5. Both Texas and Arkansas are lovely in some places. But it will depend on what sort of business you are considering whether or not you can make a go of it in the small towns or out in the countryside. 

6. American Beer is a potential source of long discussion. If you like European beers, chances are you'll find American beers weak and almost tasteless. There are, however, microbreweries around the country that produce some decent brews.

That's for starters. I'm sure there will be other folks with more information and opinions to share!
Cheers,
Bev


----------



## Slim (Dec 30, 2008)

Thanks. I am looking forward to all the advice I could get. 

With an exchange rate of around ZAR8.50/$1 making an investment would not be that easy. Besides, the South African Goon Squad (Goverment) wont let too much money leave the country (less for them to steal). 

Even a minimum investment of USD200,000 would mean I have to lay my grubbies on around ZAR1.5mil. Difficult when annual salaries range between ZAR100k - ZAR250k pa for the middle class. That would effectively slam the door in my face. 

Everything has a loophole somewhere. Now I just need someone to point me to it...


----------



## twostep (Apr 3, 2008)

American versus South African Beer may be your smallest issue.

With what visa do you plan to make the move?


----------



## Fatbrit (May 8, 2008)

The reason your compatriots don't head for the US is because they won't get in. The business is going to cost you at least $200k down. This gives you an E2, a visa that won't easily convert to permanent residency. The business goes, you go! If you haven't got that sort of money, it's moot anyway.


----------



## synthia (Apr 18, 2007)

They still have those currency restrictions. I lost about $1000 (in 1984 $) because the person I had handling my affairs back in the US failed to cash a check in the six month window I had to take money out after being an expat there for two years. I was just leaving Morocco at the time, and had no idea the chech hadn't been cashed.

I agree, there aren't any loopholes that will work for you if you don't have the investment needed to start a business. And other posts here have indicated that it is better to show at least $500,000 and preferably $1,000,000.

Australia, New Zealand, Canada, and the UK all have point systems that allows you to immigrate without needing to have a job lined up or a business started. The Australian immigration web site has a test you can take to determine if you can get in. There is information about it in the stickies at the top of the Australian forum.

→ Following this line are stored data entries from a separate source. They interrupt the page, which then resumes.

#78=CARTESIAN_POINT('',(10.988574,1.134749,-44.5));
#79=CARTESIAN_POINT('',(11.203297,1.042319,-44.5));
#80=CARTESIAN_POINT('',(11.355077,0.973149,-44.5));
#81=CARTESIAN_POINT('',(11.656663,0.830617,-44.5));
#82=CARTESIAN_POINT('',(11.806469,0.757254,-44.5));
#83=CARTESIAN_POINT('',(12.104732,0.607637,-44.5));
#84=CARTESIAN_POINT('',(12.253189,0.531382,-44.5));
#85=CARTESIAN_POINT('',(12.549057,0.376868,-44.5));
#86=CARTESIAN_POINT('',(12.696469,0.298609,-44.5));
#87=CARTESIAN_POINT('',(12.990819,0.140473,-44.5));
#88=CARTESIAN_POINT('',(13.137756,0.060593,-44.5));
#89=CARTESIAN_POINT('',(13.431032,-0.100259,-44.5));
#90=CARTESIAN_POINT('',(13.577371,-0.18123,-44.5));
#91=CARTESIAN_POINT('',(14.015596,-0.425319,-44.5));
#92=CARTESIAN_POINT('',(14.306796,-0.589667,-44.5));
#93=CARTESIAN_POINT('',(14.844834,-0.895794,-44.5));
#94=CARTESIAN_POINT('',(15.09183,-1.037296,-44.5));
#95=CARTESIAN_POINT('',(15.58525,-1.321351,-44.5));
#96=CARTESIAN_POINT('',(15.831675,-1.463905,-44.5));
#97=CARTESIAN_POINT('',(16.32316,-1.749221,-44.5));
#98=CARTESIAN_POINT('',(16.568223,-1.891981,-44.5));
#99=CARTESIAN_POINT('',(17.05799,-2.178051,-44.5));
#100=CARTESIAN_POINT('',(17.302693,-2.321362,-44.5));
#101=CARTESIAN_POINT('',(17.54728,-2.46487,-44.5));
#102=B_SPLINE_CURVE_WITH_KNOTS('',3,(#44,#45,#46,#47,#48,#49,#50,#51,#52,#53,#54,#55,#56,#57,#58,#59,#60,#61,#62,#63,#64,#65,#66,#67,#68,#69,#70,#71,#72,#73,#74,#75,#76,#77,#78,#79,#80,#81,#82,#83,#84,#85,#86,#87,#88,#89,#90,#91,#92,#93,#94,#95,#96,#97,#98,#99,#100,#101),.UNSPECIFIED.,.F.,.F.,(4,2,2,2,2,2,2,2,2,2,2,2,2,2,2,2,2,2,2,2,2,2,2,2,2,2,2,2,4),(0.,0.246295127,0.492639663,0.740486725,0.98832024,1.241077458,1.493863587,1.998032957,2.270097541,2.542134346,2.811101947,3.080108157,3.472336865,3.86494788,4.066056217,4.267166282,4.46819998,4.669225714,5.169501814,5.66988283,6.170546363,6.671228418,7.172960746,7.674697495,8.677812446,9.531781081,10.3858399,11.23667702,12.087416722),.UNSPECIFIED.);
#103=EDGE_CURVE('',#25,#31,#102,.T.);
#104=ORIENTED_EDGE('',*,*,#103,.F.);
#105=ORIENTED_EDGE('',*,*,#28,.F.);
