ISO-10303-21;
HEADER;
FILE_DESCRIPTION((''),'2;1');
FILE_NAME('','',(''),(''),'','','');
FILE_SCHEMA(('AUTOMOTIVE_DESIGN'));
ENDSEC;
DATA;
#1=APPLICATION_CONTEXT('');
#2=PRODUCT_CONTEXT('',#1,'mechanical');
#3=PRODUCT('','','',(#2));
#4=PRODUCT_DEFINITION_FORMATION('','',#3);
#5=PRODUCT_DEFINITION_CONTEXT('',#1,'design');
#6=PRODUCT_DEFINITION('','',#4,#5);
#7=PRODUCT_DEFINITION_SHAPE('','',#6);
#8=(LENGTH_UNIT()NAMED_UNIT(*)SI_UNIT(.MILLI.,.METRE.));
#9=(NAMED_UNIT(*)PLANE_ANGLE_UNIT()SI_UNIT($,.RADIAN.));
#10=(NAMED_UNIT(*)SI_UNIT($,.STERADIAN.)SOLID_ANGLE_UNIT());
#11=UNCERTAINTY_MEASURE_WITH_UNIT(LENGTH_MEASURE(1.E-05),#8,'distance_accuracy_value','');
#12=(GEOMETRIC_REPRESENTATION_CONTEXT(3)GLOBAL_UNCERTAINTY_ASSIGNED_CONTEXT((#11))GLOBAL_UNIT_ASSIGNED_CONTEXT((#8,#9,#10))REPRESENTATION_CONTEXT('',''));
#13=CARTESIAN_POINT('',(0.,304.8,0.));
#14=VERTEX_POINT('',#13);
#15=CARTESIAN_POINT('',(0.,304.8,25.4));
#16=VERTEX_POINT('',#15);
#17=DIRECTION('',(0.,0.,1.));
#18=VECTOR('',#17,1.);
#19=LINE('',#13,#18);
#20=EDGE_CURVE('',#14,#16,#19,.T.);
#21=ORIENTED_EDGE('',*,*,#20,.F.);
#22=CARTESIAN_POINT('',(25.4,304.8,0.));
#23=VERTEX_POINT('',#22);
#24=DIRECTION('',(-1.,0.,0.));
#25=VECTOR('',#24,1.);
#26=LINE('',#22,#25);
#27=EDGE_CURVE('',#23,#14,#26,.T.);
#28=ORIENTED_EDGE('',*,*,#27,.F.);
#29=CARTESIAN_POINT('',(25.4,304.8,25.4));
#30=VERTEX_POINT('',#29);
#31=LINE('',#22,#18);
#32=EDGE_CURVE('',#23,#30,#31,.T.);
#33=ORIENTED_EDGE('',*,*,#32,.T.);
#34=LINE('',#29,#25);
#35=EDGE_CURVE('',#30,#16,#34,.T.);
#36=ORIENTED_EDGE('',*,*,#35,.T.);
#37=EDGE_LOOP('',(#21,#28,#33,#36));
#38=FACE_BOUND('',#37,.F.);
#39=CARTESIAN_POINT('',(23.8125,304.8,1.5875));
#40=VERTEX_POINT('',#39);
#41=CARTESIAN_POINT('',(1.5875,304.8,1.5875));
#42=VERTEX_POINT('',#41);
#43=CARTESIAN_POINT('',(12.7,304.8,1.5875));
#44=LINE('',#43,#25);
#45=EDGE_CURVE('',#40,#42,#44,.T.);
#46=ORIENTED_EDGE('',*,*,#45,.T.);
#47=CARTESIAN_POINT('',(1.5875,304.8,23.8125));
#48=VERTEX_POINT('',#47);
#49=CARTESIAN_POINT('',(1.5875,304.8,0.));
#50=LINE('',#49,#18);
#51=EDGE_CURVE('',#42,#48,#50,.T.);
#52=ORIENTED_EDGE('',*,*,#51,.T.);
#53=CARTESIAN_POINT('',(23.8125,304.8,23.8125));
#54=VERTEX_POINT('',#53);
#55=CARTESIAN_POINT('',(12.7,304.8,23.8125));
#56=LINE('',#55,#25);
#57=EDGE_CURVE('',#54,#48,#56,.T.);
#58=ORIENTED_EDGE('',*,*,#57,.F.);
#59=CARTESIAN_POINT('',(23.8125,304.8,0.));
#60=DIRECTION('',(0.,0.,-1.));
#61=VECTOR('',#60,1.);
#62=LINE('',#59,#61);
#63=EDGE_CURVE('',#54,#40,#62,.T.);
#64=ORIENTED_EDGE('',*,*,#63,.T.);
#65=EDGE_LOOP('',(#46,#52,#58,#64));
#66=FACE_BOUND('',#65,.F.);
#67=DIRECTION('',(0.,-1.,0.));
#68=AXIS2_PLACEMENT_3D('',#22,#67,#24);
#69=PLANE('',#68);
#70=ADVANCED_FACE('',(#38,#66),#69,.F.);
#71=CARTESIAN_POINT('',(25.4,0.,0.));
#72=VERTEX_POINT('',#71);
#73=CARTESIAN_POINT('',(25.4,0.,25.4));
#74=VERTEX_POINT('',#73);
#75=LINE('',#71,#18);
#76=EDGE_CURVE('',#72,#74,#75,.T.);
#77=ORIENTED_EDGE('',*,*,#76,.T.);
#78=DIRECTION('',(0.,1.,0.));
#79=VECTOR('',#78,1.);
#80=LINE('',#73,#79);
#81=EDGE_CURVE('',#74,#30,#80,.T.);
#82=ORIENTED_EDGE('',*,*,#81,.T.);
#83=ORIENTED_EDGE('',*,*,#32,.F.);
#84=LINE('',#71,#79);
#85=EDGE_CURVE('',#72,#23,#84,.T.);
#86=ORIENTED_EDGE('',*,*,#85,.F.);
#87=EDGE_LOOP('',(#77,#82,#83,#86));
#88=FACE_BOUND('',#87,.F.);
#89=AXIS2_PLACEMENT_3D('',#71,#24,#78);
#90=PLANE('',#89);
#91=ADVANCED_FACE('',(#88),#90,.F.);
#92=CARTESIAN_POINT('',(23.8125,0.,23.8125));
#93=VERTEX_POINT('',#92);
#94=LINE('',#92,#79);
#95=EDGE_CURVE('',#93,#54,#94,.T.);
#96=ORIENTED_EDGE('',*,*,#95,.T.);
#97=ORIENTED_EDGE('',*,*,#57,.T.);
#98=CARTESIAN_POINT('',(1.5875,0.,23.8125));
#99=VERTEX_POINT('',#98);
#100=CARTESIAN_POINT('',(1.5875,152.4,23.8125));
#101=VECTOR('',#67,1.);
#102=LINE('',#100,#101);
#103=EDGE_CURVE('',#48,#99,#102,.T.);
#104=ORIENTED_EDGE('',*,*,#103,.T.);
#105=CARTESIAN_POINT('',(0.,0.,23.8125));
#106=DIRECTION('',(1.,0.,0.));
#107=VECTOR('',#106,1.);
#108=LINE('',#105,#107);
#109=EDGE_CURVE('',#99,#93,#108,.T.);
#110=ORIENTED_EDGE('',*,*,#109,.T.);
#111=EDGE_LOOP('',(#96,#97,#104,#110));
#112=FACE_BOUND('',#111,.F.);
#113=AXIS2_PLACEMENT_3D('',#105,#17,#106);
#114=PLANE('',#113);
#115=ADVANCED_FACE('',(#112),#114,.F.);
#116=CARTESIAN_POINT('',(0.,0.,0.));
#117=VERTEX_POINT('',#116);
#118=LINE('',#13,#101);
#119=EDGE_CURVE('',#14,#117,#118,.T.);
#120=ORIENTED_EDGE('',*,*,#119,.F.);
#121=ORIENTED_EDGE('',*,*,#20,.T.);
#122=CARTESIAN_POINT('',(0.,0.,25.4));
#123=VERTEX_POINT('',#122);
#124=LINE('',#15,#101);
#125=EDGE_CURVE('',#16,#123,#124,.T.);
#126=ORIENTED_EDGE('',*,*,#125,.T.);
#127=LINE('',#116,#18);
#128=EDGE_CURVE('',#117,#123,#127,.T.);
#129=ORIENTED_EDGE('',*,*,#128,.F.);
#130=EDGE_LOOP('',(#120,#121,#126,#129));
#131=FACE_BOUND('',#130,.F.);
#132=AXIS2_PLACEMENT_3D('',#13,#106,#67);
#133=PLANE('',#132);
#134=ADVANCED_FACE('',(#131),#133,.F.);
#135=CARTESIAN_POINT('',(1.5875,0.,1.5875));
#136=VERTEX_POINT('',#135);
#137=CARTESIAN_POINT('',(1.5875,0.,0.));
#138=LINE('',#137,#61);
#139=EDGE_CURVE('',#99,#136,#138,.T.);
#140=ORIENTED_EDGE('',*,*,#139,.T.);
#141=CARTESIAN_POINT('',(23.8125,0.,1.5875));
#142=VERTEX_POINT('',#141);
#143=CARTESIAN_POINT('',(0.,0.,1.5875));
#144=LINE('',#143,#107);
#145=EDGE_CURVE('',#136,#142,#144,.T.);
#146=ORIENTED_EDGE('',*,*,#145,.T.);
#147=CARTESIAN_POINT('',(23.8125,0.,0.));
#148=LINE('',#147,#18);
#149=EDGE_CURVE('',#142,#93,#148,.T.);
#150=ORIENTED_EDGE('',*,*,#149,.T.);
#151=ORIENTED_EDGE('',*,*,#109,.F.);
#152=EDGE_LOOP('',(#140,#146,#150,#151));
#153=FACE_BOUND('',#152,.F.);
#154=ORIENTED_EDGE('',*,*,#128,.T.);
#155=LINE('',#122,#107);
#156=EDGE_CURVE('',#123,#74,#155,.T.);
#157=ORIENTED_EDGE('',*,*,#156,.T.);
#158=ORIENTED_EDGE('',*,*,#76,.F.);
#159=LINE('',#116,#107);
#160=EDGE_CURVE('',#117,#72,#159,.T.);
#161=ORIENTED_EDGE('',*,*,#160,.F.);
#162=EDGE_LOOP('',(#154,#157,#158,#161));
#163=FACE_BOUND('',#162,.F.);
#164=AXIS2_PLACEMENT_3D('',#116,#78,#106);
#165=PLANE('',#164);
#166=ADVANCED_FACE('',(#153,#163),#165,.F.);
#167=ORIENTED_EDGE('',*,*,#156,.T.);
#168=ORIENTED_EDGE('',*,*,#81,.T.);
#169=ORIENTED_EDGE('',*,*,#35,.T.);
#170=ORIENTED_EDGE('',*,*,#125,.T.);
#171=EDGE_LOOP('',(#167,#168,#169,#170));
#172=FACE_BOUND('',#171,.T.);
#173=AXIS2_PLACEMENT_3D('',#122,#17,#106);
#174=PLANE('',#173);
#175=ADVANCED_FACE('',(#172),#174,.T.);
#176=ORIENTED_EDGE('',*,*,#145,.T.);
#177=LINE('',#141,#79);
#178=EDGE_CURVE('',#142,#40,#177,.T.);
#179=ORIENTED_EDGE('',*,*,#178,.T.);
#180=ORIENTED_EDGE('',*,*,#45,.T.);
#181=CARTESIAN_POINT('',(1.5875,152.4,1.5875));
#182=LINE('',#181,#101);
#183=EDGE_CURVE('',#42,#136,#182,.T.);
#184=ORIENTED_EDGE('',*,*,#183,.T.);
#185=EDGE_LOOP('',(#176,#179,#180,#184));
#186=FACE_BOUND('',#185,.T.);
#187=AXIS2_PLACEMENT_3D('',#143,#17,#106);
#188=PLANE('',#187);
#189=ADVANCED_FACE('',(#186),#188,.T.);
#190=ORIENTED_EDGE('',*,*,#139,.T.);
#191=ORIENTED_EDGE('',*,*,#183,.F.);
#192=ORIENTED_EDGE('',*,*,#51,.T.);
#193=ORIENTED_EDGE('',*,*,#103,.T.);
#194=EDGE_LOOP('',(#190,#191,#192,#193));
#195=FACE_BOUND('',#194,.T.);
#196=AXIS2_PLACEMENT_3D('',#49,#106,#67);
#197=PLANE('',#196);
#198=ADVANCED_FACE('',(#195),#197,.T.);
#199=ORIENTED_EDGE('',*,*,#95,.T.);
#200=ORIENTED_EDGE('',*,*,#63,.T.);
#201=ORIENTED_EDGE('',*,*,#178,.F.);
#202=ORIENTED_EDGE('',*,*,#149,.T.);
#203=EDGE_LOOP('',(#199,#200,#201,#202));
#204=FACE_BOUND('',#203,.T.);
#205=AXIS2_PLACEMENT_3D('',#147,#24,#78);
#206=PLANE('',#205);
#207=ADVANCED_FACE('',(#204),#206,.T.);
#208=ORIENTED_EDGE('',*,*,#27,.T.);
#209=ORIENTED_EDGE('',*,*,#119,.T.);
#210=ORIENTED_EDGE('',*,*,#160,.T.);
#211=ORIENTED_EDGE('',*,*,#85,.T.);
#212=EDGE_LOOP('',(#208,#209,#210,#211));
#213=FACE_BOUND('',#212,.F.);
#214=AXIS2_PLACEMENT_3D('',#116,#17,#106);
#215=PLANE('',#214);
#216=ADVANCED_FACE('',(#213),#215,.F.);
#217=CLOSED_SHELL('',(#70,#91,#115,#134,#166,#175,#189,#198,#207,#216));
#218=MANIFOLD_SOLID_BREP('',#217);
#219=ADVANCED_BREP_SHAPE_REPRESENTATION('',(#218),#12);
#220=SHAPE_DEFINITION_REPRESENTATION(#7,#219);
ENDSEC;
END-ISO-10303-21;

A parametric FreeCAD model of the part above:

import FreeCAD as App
import Part
import Sketcher
from FreeCAD import Vector
Q = App.Units.Quantity


def faces_at(feature, points):
    """Names of the faces that lie closest to the given points."""
    faces = feature.Shape.Faces
    near = lambda p: min(range(len(faces)), key=lambda i: faces[i].distToShape(Part.Vertex(*p))[0])
    return sorted({f"Face{near(p) + 1}" for p in points})


def add_polygon(sketch, points):
    """Adds a closed chain of lines whose ends are joined by coincident constraints."""
    first, n = sketch.GeometryCount, len(points)
    for a, b in zip(points, points[1:] + points[:1]):
        sketch.addGeometry(Part.LineSegment(App.Vector(*a, 0), App.Vector(*b, 0)), False)
    for i in range(n):
        sketch.addConstraint(Sketcher.Constraint("Coincident", first + i, 2, first + (i + 1) % n, 1))

doc = App.newDocument("Part")
body = doc.addObject("PartDesign::Body", "Body")

sketch1 = doc.addObject("Sketcher::SketchObject", "Sketch")
body.addObject(sketch1)
sketch1.AttachmentSupport = (doc.XY_Plane, [""])
sketch1.MapMode = "FlatFace"
add_polygon(sketch1, [(0, 305), (0, 0), (25, 0), (25, 305)])
sketch1.addConstraint([
    Sketcher.Constraint("Vertical", 0),
    Sketcher.Constraint("Horizontal", 1),
    Sketcher.Constraint("Vertical", 2),
    Sketcher.Constraint("Horizontal", 3),
    Sketcher.Constraint("Coincident", 0, 2, -1, 1),
    Sketcher.Constraint("DistanceX", 1, 1, 1, 2, Q("1 in")),
    Sketcher.Constraint("DistanceY", 0, 2, 0, 1, Q("12 in")),
])
pad1 = doc.addObject("PartDesign::Pad", "Pad")
body.addObject(pad1)
pad1.Profile = sketch1
pad1.Length = Q("1 in")
doc.recompute()

thickness = doc.addObject("PartDesign::Thickness", "Thickness")
body.addObject(thickness)
thickness.Base = (pad1, faces_at(pad1, [(16.933, 304.8, 8.467), (8.467, 0, 8.467)]))
thickness.Value = Q("0.0625 in")
thickness.Reversed = True
thickness.Join = "Intersection"

doc.recompute()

Most of the South Africans I met who came to the US got in during the big high-tech open window before the turn of the millenium. Except for the former police officer who talked. I think he got in on an asylum visa.


----------



## Slim (Dec 30, 2008)

So...in short, the inscription on the Statue of Liberty that reads...



> "Give me your tired, your poor,
> Your huddled masses yearning to breathe free,
> The wretched refuse of your teeming shore.
> Send these, the homeless, tempest-tossed to me.
> I lift my lamp beside the golden door."


...is nothing more than a load of BS?

I will visit the Consulate in Pretoria...or is that Tswane...or Pretorswane and find out more. I cant believe that someone from India, or China (some of the poorest countries in the world) has people coming in and starting businesses. 



> American versus South African Beer may be your smallest issue


That was a joke by the way.  I dont drink at all. Maybe once in a blue moon I will have a beer. 



> With what visa do you plan to make the move?


That is why I visit forums - to find out which ones goes where. But as is mostly the case with forums in all industries, people automatically assume you are allready an expert in the field. I am yet to come accross a forum where something is explained as if they are talking to someone who does not have a clue. 

I am well known in the Biking industry. Maybe I will make contact with someone at SuzukiUSA, or KawasakiUSA through my contacts here and take from there. I imported my Bike directly from SuzukiUSA so maybe I have a foot (or little toe) in the door.

Thanks everybody for your help. I will not just back down. They will have to grab me by the collor and belt and throw me out... hehehe  which they probably will...


----------



## twostep (Apr 3, 2008)

Slim said:


> That is why I visit forums - to find out which ones goes where. But as is mostly the case with forums in all industries, people automatically assume you are allready an expert in the field. I am yet to come accross a forum where something is explained as if they are talking to someone who does not have a clue.
> 
> I am well known in the Biking industry. Maybe I will make contact with someone at SuzukiUSA, or KawasakiUSA through my contacts here and take from there. I imported my Bike directly from SuzukiUSA so maybe I have a foot (or little toe) in the door.
> 
> Thanks everybody for your help. I will not just back down. They will have to grab me by the collor and belt and throw me out... hehehe  which they probably will...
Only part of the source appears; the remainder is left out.